■ Description of the task
Copy out, exactly, the first line of the entries below and every line after it through the one containing "v -5.526 138.735 3".

+++

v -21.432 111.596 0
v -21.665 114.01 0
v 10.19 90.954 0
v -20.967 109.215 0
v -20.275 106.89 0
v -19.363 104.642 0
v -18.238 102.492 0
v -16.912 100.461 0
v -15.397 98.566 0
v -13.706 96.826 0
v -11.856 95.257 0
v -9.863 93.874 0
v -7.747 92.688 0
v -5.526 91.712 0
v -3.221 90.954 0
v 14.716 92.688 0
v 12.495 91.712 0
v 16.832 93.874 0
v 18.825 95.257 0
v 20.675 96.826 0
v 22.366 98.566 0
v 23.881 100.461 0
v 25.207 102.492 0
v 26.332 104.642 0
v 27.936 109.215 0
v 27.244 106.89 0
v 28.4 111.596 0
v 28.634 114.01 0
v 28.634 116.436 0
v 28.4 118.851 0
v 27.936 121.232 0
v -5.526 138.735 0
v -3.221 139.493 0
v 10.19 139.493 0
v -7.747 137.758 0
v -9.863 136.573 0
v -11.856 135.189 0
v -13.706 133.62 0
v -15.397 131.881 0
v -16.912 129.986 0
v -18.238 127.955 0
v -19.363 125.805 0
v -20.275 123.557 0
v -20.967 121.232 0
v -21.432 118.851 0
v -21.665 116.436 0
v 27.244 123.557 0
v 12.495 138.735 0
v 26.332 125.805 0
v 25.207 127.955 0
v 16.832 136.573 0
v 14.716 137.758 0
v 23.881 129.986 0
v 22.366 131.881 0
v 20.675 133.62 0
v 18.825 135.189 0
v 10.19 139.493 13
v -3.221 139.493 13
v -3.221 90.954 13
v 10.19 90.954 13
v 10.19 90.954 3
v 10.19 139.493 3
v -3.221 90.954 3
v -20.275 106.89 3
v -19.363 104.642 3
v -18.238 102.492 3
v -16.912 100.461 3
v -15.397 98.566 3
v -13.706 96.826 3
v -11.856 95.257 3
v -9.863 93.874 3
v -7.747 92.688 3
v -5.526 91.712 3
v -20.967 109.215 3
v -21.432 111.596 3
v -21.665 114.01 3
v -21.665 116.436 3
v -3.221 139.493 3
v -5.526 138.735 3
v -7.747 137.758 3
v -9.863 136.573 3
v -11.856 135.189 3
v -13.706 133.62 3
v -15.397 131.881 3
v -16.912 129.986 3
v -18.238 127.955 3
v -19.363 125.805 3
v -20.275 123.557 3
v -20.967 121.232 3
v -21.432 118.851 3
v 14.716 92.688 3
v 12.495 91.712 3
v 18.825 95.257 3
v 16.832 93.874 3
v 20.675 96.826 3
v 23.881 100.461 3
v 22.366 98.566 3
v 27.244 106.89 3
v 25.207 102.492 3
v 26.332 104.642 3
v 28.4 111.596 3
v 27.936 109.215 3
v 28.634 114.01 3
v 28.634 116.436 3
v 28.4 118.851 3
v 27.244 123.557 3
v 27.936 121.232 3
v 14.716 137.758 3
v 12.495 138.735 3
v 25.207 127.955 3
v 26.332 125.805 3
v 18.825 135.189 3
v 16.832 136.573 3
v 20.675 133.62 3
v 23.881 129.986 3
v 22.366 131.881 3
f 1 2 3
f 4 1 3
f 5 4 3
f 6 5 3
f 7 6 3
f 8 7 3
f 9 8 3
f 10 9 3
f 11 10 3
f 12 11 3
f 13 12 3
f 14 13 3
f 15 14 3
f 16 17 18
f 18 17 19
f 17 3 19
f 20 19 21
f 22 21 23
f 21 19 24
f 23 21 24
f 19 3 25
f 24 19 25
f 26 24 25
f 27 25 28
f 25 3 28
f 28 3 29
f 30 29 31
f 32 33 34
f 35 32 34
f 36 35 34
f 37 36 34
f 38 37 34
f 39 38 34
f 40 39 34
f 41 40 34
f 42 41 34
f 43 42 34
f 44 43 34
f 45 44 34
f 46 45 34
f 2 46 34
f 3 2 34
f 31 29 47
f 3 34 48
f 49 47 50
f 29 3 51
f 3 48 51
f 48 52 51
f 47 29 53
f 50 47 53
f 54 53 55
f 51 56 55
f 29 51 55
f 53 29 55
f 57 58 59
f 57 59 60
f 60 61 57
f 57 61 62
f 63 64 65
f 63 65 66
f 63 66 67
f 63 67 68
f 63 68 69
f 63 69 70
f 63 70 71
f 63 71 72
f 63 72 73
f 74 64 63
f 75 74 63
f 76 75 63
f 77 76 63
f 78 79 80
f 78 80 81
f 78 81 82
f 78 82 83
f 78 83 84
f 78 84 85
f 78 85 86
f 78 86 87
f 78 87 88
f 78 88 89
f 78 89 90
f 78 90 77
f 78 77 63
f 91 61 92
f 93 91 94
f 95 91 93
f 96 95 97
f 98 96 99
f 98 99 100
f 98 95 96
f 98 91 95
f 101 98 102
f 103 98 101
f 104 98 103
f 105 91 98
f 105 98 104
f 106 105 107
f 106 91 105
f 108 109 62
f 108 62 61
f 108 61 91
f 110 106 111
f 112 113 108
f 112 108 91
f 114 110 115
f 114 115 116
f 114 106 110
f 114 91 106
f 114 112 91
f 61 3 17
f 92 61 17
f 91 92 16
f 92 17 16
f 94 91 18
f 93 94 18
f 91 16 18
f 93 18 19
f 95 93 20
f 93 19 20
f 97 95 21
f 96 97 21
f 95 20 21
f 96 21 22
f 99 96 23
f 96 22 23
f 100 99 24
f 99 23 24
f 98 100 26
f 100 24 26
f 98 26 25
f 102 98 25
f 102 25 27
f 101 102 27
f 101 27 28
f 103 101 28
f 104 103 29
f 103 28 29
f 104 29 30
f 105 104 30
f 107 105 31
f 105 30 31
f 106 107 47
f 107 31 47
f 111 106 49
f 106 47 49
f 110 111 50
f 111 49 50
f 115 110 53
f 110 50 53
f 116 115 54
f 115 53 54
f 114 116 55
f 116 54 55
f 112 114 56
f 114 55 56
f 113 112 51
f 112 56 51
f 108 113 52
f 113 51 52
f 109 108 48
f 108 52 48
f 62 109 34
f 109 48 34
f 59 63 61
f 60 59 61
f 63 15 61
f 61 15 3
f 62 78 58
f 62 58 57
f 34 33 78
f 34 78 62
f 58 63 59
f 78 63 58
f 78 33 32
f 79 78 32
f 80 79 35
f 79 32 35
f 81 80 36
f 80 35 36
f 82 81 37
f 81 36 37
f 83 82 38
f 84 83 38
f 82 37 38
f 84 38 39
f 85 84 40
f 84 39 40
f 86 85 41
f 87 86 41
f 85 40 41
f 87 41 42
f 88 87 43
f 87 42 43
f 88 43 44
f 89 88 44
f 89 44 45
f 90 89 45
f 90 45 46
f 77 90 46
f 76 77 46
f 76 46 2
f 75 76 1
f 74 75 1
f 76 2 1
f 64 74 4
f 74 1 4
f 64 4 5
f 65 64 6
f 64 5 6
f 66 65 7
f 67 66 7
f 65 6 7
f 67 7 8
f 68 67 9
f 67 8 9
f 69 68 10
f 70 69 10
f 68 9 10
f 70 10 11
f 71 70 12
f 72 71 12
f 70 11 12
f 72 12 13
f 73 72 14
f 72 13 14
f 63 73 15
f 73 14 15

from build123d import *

# Parameters (mm, degrees)
BOSS_EXTRUDE4_DEPTH = 3
SKETCH2_W           = 13.411682353
SKETCH2_H           = 48.538644398
BOSS_EXTRUDE5_DEPTH = 10


with BuildPart() as part:
    # Sketch1 → Boss-Extrude4 (new body)
    with BuildSketch(Plane.XY):
        with BuildLine():
            Line((10.190210498, 139.492737182), (-3.221471855, 139.492737182))
            ThreePointArc((-3.221471855, 139.492737182), (-21.694357927, 115.223414983), (-3.221471855, 90.954092784))
            Line((-3.221471855, 90.954092784), (10.190210498, 90.954092784))
            ThreePointArc((10.190210498, 90.954092784), (28.663096571, 115.223414983), (10.190210498, 139.492737182))
        make_face()
    extrude(amount=BOSS_EXTRUDE4_DEPTH)

    # Sketch2 → Boss-Extrude5 (add)
    with BuildSketch(Plane.XY.offset(3)):
        with Locations((3.484369322, 115.223414983)):
            Rectangle(SKETCH2_W, SKETCH2_H)
    extrude(amount=BOSS_EXTRUDE5_DEPTH)


solid = part.part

+++

■ Written solution
v -21.432 111.596 0
v -21.665 114.01 0
v 10.19 90.954 0
v -20.967 109.215 0
v -20.275 106.89 0
v -19.363 104.642 0
v -18.238 102.492 0
v -16.912 100.461 0
v -15.397 98.566 0
v -13.706 96.826 0
v -11.856 95.257 0
v -9.863 93.874 0
v -7.747 92.688 0
v -5.526 91.712 0
v -3.221 90.954 0
v 14.716 92.688 0
v 12.495 91.712 0
v 16.832 93.874 0
v 18.825 95.257 0
v 20.675 96.826 0
v 22.366 98.566 0
v 23.881 100.461 0
v 25.207 102.492 0
v 26.332 104.642 0
v 27.936 109.215 0
v 27.244 106.89 0
v 28.4 111.596 0
v 28.634 114.01 0
v 28.634 116.436 0
v 28.4 118.851 0
v 27.936 121.232 0
v -5.526 138.735 0
v -3.221 139.493 0
v 10.19 139.493 0
v -7.747 137.758 0
v -9.863 136.573 0
v -11.856 135.189 0
v -13.706 133.62 0
v -15.397 131.881 0
v -16.912 129.986 0
v -18.238 127.955 0
v -19.363 125.805 0
v -20.275 123.557 0
v -20.967 121.232 0
v -21.432 118.851 0
v -21.665 116.436 0
v 27.244 123.557 0
v 12.495 138.735 0
v 26.332 125.805 0
v 25.207 127.955 0
v 16.832 136.573 0
v 14.716 137.758 0
v 23.881 129.986 0
v 22.366 131.881 0
v 20.675 133.62 0
v 18.825 135.189 0
v 10.19 139.493 13
v -3.221 139.493 13
v -3.221 90.954 13
v 10.19 90.954 13
v 10.19 90.954 3
v 10.19 139.493 3
v -3.221 90.954 3
v -20.275 106.89 3
v -19.363 104.642 3
v -18.238 102.492 3
v -16.912 100.461 3
v -15.397 98.566 3
v -13.706 96.826 3
v -11.856 95.257 3
v -9.863 93.874 3
v -7.747 92.688 3
v -5.526 91.712 3
v -20.967 109.215 3
v -21.432 111.596 3
v -21.665 114.01 3
v -21.665 116.436 3
v -3.221 139.493 3
v -5.526 138.735 3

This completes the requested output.